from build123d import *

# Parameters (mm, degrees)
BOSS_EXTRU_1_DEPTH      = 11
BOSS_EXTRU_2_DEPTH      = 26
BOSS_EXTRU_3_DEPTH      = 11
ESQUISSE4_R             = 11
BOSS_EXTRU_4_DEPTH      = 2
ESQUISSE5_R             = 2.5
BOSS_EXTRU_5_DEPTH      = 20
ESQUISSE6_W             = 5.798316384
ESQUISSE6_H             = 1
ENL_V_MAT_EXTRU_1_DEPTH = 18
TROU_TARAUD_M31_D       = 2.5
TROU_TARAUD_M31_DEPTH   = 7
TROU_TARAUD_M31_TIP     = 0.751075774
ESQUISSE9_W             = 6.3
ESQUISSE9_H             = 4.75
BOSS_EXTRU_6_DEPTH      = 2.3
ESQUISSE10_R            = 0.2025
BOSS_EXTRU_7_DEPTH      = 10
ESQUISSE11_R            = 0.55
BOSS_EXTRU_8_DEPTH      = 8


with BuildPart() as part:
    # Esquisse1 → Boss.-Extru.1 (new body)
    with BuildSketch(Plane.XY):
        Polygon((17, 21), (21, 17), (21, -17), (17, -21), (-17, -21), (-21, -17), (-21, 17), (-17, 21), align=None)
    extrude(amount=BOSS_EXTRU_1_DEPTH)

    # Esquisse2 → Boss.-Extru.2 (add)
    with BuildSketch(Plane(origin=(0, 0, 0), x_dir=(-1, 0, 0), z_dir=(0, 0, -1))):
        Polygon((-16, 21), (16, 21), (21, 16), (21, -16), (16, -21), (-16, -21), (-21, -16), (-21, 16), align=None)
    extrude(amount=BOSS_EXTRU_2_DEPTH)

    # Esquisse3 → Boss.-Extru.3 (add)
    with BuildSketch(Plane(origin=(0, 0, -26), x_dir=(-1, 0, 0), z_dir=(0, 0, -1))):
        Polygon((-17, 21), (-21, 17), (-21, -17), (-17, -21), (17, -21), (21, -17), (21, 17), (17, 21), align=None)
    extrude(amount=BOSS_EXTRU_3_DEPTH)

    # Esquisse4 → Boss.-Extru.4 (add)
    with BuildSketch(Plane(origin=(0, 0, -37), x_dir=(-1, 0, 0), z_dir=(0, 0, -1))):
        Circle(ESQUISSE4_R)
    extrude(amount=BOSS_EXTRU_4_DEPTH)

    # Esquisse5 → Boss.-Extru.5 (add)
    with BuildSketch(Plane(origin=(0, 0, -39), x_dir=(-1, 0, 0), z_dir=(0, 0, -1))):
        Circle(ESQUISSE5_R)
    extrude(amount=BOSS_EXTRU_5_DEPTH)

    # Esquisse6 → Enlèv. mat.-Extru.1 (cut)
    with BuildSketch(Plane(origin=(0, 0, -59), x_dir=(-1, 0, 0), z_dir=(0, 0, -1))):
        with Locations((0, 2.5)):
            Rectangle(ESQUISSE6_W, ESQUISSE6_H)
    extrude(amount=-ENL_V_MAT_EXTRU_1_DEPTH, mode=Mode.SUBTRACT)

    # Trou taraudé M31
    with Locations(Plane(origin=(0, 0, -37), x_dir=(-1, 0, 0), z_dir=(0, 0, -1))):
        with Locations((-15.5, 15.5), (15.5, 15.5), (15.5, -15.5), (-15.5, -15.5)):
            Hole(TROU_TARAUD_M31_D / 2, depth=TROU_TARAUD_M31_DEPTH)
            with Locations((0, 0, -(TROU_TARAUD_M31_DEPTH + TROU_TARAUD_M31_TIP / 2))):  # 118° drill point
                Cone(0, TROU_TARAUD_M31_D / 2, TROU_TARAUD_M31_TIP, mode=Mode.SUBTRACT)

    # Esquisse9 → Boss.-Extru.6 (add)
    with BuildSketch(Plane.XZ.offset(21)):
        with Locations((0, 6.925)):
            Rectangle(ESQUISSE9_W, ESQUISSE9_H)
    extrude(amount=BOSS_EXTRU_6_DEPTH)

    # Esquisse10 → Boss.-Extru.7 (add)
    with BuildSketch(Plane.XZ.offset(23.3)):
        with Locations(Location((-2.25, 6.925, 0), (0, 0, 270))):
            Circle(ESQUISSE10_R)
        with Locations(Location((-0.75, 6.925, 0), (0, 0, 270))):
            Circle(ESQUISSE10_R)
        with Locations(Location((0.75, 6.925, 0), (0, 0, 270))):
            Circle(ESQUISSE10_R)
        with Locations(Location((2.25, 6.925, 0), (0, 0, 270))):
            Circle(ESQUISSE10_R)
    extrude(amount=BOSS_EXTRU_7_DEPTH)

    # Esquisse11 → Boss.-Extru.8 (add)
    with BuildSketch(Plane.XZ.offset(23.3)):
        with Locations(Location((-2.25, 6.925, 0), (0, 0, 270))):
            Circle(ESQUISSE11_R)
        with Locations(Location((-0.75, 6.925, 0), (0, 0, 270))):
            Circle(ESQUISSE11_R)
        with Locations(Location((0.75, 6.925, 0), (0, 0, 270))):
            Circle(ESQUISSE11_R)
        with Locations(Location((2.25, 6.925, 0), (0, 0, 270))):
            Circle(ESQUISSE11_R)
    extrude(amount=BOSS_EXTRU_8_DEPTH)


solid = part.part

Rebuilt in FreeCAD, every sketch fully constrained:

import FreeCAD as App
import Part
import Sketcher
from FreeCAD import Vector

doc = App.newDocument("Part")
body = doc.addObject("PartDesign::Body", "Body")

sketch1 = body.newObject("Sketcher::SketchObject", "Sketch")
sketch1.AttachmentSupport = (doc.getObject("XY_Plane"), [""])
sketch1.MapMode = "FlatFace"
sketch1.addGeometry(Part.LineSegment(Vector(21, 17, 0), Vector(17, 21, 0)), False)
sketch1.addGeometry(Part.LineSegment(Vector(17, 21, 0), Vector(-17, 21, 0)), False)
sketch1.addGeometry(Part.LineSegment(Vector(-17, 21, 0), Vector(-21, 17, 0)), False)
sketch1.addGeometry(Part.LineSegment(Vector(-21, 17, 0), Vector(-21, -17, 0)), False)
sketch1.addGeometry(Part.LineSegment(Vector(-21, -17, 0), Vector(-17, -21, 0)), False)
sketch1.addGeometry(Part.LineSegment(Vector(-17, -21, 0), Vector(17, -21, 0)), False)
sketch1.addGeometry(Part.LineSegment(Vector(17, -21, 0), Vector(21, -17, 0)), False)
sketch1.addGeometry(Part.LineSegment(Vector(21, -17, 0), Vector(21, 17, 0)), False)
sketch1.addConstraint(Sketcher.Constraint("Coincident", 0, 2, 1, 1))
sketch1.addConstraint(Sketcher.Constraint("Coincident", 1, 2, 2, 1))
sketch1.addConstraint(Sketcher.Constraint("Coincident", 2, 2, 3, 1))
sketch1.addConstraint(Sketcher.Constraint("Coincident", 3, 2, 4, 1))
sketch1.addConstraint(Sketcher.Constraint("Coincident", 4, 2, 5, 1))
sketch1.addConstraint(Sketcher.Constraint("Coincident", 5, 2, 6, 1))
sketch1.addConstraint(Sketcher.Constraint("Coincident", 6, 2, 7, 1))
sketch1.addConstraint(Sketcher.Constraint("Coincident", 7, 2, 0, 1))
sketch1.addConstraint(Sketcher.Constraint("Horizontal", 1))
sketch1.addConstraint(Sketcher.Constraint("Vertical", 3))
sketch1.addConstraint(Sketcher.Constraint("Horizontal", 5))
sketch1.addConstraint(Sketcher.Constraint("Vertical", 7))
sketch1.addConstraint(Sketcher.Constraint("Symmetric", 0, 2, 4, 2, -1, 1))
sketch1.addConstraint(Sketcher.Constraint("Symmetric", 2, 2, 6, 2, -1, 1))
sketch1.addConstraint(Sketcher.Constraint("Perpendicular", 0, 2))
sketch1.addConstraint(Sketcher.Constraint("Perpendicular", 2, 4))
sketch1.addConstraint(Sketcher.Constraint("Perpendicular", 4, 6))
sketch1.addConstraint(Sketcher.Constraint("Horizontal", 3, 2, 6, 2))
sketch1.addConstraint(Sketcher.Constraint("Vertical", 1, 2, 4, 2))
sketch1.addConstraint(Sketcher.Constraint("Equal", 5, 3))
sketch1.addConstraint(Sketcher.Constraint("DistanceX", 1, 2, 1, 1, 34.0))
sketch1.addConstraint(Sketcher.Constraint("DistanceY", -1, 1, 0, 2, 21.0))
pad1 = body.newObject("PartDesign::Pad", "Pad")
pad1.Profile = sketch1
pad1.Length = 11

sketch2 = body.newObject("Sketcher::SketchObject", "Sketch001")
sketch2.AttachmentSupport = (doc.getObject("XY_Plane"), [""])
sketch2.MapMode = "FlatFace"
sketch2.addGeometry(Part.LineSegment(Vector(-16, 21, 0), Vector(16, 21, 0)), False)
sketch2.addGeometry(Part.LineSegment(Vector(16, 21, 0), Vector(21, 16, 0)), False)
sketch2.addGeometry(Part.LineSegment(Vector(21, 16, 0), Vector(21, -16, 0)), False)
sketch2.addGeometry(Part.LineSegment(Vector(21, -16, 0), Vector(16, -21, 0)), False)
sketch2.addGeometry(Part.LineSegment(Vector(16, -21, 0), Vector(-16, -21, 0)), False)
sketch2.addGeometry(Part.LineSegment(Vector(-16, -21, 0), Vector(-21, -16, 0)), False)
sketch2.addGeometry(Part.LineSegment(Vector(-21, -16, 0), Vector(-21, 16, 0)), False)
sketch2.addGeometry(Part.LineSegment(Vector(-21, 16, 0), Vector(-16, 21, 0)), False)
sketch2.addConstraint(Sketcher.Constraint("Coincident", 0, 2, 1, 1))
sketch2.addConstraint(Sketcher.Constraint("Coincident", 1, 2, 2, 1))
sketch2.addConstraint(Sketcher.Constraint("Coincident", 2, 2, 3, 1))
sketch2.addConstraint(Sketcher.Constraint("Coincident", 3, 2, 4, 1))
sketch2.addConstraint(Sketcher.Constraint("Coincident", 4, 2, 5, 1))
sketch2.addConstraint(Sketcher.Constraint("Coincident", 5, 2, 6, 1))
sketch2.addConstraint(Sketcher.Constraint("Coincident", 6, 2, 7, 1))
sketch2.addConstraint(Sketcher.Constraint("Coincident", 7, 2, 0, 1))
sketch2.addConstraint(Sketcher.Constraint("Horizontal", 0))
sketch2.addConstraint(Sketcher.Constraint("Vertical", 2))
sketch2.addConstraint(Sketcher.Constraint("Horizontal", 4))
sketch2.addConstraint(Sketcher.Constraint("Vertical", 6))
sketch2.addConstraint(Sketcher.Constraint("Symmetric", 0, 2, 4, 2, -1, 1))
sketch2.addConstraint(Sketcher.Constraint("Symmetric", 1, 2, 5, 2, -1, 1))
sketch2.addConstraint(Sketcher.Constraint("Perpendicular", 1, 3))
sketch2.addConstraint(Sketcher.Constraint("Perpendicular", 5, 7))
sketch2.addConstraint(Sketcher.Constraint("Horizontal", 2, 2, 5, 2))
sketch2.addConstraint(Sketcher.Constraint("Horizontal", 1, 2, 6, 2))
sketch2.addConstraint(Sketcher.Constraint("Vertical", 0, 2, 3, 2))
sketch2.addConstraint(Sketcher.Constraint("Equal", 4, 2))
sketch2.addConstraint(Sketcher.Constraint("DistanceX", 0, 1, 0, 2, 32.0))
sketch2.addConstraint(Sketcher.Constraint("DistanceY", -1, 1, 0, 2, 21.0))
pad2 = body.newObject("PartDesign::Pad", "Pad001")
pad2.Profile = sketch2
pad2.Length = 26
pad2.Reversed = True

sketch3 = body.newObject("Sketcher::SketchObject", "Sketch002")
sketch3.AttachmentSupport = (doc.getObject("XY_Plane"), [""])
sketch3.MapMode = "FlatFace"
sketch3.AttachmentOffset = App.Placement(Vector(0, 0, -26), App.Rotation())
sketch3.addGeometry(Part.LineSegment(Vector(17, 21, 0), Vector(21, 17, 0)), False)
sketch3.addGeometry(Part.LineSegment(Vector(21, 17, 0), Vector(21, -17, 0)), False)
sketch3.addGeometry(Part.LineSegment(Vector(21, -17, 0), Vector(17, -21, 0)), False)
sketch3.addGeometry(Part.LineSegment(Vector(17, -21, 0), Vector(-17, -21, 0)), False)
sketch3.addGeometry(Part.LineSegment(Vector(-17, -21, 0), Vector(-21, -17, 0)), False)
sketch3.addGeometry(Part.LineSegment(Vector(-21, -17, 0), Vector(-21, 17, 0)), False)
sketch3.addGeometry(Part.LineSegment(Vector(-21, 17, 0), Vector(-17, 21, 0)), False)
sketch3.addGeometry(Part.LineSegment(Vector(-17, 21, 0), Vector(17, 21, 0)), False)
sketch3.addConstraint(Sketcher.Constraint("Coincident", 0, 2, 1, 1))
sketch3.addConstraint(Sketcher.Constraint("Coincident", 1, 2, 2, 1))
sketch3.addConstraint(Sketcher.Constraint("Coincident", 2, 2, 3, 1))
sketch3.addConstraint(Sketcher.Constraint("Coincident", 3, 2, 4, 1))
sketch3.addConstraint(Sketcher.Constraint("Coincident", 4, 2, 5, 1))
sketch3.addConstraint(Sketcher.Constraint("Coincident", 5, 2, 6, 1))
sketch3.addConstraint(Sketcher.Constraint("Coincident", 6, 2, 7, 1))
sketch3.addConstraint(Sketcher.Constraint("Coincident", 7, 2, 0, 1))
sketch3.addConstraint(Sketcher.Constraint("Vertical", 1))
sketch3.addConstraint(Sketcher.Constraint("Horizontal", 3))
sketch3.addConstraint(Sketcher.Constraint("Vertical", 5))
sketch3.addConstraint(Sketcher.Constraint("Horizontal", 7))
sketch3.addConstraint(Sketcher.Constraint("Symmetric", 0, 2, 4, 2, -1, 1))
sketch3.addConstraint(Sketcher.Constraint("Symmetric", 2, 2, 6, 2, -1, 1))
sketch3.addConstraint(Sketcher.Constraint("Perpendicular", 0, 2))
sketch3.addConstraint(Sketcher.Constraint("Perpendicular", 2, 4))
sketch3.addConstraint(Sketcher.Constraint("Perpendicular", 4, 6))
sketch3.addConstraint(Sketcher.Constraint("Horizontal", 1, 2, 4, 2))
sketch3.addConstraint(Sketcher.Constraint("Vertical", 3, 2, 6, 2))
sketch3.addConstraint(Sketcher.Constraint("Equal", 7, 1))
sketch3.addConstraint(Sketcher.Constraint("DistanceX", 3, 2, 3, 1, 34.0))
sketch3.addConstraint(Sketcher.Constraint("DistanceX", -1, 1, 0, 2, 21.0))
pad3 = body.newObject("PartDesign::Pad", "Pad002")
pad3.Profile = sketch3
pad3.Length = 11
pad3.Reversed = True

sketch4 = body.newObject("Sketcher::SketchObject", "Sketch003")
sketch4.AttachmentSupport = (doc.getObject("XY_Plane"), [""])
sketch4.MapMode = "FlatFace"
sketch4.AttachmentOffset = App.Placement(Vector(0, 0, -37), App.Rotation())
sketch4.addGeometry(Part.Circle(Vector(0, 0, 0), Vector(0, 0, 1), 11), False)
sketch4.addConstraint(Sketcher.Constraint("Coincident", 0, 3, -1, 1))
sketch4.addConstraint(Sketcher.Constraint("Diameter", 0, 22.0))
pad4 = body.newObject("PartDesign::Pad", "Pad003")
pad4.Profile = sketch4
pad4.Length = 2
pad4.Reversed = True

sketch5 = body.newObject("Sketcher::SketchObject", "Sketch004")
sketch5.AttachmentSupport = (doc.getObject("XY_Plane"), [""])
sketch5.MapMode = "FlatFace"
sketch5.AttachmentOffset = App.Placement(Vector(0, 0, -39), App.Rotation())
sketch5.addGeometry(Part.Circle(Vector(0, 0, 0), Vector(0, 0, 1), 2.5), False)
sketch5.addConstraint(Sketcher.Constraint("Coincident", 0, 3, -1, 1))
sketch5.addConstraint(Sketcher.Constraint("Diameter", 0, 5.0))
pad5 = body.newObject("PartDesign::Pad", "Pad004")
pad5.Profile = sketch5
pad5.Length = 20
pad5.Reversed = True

# # # # #

### EXERCISE DETAILS
Copy whichever lines in the listing above hold "SUBTRACT".

### REPLY
    extrude(amount=-ENL_V_MAT_EXTRU_1_DEPTH, mode=Mode.SUBTRACT)
                Cone(0, TROU_TARAUD_M31_D / 2, TROU_TARAUD_M31_TIP, mode=Mode.SUBTRACT)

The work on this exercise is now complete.